For process theologians, the primary problem of existence to be overcome is not death but meaninglessness due to the perpetual perishing of occasions. Without some ground of permanence, our accomplishments would finally seem to be insignificant. It is ultimately God who is this ground of meaning, since process theologians see God as not only creative as the source of novelty but responsive to the world, eternally preserving every occasion that has ever existed in her own nature. As Mesle explains, “God shares the experience of becoming of the entire universe, and synthesizes it into God’s own, infinitely vast and complex experience.” This means that occasions are given objective (not subjective) immortality in the divine life, forever preserved in their immediacy and woven into an ideal and growing harmony. As Whitehead wrote, this is the kingdom of heaven, which “is not the isolation of good from evil. It is the overcoming of evil by good.” As such, the ultimate eschatological 'fact' is the redemption of all things in God.  Suchocki is one of the few process theologians to argue that this is subjective not just objective immortality.

Beyond the hope for subjective life after death of the soul and the objective redemption of creation (soul and body) in God, there is also an emphasis on historical eschatology in process thought that coheres with Borg’s view of Jesus. In cosmic history, there is no end to the process of creation or need for a final new creation, as in traditional eschatologies. The future is radically open, and God continuously creates by luring the world toward greater richness of experience and complexity.
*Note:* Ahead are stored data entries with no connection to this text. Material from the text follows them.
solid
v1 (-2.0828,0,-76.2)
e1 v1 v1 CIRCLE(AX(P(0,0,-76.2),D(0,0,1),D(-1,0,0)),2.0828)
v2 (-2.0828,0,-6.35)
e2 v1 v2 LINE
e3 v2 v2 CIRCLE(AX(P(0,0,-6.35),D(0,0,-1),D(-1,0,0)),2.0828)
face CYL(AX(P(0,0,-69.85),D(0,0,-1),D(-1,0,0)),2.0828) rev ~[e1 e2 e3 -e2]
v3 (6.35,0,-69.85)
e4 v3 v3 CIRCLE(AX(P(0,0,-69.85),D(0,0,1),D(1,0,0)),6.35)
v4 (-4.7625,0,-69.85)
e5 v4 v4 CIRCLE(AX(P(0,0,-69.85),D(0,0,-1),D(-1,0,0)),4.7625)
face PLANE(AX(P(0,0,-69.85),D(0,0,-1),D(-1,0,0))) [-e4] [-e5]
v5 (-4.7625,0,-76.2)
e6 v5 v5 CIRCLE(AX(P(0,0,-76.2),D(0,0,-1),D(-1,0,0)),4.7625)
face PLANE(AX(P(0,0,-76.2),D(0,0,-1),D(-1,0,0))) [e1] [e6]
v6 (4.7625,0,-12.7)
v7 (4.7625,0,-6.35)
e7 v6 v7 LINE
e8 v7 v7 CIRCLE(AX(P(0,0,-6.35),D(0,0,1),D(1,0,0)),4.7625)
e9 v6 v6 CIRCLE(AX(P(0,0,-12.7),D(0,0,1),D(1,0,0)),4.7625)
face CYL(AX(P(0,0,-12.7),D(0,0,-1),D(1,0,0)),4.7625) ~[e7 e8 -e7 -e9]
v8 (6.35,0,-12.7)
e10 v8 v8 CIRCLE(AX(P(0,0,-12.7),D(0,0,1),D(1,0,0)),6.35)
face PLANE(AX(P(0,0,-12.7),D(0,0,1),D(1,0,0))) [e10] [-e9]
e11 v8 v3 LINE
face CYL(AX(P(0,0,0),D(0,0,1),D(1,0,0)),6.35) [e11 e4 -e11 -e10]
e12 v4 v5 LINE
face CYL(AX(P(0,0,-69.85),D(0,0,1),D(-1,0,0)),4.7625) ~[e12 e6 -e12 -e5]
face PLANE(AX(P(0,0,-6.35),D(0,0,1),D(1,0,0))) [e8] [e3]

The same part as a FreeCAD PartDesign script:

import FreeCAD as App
import Part
import Sketcher
Q = App.Units.Quantity

doc = App.newDocument("Part")
body = doc.addObject("PartDesign::Body", "Body")

sketch1 = doc.addObject("Sketcher::SketchObject", "Sketch")
body.addObject(sketch1)
sketch1.AttachmentSupport = (doc.XY_Plane, [""])
sketch1.MapMode = "FlatFace"
sketch1.addGeometry(Part.Circle(App.Vector(0, 0, 0), App.Vector(0, 0, 1), 6), False)
sketch1.addConstraint([
    Sketcher.Constraint("Coincident", 0, 3, -1, 1),
    Sketcher.Constraint("Diameter", 0, Q("0.5 in")),
])
pad1 = doc.addObject("PartDesign::Pad", "Pad")
body.addObject(pad1)
pad1.Profile = sketch1
pad1.Length = Q("3.25 in")
pad1.Reversed = True

sketch2 = doc.addObject("Sketcher::SketchObject", "Sketch001")
body.addObject(sketch2)
sketch2.AttachmentSupport = (doc.XY_Plane, [""])
sketch2.MapMode = "FlatFace"
sketch2.AttachmentOffset = App.Placement(App.Vector(0, 0, -2.75 * 25.4), App.Rotation())
sketch2.addGeometry(Part.Circle(App.Vector(0, 0, 0), App.Vector(0, 0, 1), 6), False)
sketch2.addConstraint([
    Sketcher.Constraint("Coincident", 0, 3, -1, 1),
    Sketcher.Constraint("Diameter", 0, Q("0.5 in")),
])
pocket1 = doc.addObject("PartDesign::Pocket", "Pocket")
body.addObject(pocket1)
pocket1.Profile = sketch2
pocket1.Length = Q("1 in")

sketch3 = doc.addObject("Sketcher::SketchObject", "Sketch002")
body.addObject(sketch3)
sketch3.AttachmentSupport = (doc.XY_Plane, [""])
sketch3.MapMode = "FlatFace"
sketch3.AttachmentOffset = App.Placement(App.Vector(0, 0, -0.5 * 25.4), App.Rotation())
sketch3.addGeometry(Part.Circle(App.Vector(0, 0, 0), App.Vector(0, 0, 1), 6), False)
sketch3.addConstraint([
    Sketcher.Constraint("Coincident", 0, 3, -1, 1),
    Sketcher.Constraint("Diameter", 0, Q("0.5 in")),
])
pocket2 = doc.addObject("PartDesign::Pocket", "Pocket001")
body.addObject(pocket2)
pocket2.Profile = sketch3
pocket2.Length = Q("1 in")
pocket2.Reversed = True

sketch4 = doc.addObject("Sketcher::SketchObject", "Sketch003")
body.addObject(sketch4)
sketch4.AttachmentSupport = (doc.XY_Plane, [""])
sketch4.MapMode = "FlatFace"
sketch4.AttachmentOffset = App.Placement(App.Vector(0, 0, -0.5 * 25.4), App.Rotation())
sketch4.addGeometry(Part.Circle(App.Vector(0, 0, 0), App.Vector(0, 0, 1), 4.8), False)
sketch4.addConstraint([
    Sketcher.Constraint("Coincident", 0, 3, -1, 1),
    Sketcher.Constraint("Diameter", 0, Q("0.375 in")),
])
pad2 = doc.addObject("PartDesign::Pad", "Pad001")
body.addObject(pad2)
pad2.Profile = sketch4
pad2.Length = Q("0.25 in")

sketch5 = doc.addObject("Sketcher::SketchObject", "Sketch004")
body.addObject(sketch5)
sketch5.AttachmentSupport = (doc.XY_Plane, [""])
sketch5.MapMode = "FlatFace"
sketch5.AttachmentOffset = App.Placement(App.Vector(0, 0, -2.75 * 25.4), App.Rotation())
sketch5.addGeometry(Part.Circle(App.Vector(0, 0, 0), App.Vector(0, 0, 1), 4.8), False)
sketch5.addConstraint([
    Sketcher.Constraint("Coincident", 0, 3, -1, 1),
    Sketcher.Constraint("Diameter", 0, Q("0.375 in")),
])
pad3 = doc.addObject("PartDesign::Pad", "Pad002")
body.addObject(pad3)
pad3.Profile = sketch5
pad3.Length = Q("0.25 in")
pad3.Reversed = True

sketch6 = doc.addObject("Sketcher::SketchObject", "Sketch005")
body.addObject(sketch6)
sketch6.AttachmentSupport = (doc.XY_Plane, [""])
sketch6.MapMode = "FlatFace"
sketch6.AttachmentOffset = App.Placement(App.Vector(0, 0, -2.75 * 25.4), App.Rotation())
sketch6.addGeometry(Part.Circle(App.Vector(0, 0, 0), App.Vector(0, 0, 1), 2.1), False)
sketch6.addConstraint([
    Sketcher.Constraint("Coincident", 0, 3, -1, 1),
    Sketcher.Constraint("Diameter", 0, Q("0.164 in")),
])
pocket3 = doc.addObject("PartDesign::Pocket", "Pocket002")
body.addObject(pocket3)
pocket3.Profile = sketch6
pocket3.Type = "ThroughAll"
pocket3.Midplane = True

doc.recompute()
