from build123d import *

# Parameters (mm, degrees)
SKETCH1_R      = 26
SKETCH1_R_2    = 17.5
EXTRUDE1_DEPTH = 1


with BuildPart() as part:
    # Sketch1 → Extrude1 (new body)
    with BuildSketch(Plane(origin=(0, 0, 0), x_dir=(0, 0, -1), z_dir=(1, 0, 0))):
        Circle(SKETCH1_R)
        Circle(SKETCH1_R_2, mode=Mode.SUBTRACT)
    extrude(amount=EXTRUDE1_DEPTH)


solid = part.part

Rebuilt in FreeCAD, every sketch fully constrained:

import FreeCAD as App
import Part
import Sketcher
Q = App.Units.Quantity

doc = App.newDocument("Part")
body = doc.addObject("PartDesign::Body", "Body")

sketch1 = doc.addObject("Sketcher::SketchObject", "Sketch")
body.addObject(sketch1)
sketch1.AttachmentSupport = (doc.YZ_Plane, [""])
sketch1.MapMode = "FlatFace"
sketch1.addGeometry([
    Part.Circle(App.Vector(0, 0, 0), App.Vector(0, 0, 1), 26),
    Part.Circle(App.Vector(0, 0, 0), App.Vector(0, 0, 1), 18),
], False)
sketch1.addConstraint([
    Sketcher.Constraint("Coincident", 0, 3, -1, 1),
    Sketcher.Constraint("Coincident", 1, 3, -1, 1),
    Sketcher.Constraint("Diameter", 0, Q("52 mm")),
    Sketcher.Constraint("Diameter", 1, Q("35 mm")),
])
pad1 = doc.addObject("PartDesign::Pad", "Pad")
body.addObject(pad1)
pad1.Profile = sketch1
pad1.Length = 1

doc.recompute()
As Borg argued, this means that Christian eschatological hope in history takes the form of participation: we are co-creators with God for the future kingdom or “commonwealth." As we respond more positively to God’s lure, we participate in God’s ongoing work for justice and shalom in creation. Cobb and Griffin conclude, “There is no divine action apart from creaturely action, but equally the divine action is the principle of hope in the creaturely action…Trusting God is not assurance that whatever we do will work out well. It is instead confidence that God’s call is wise and good.”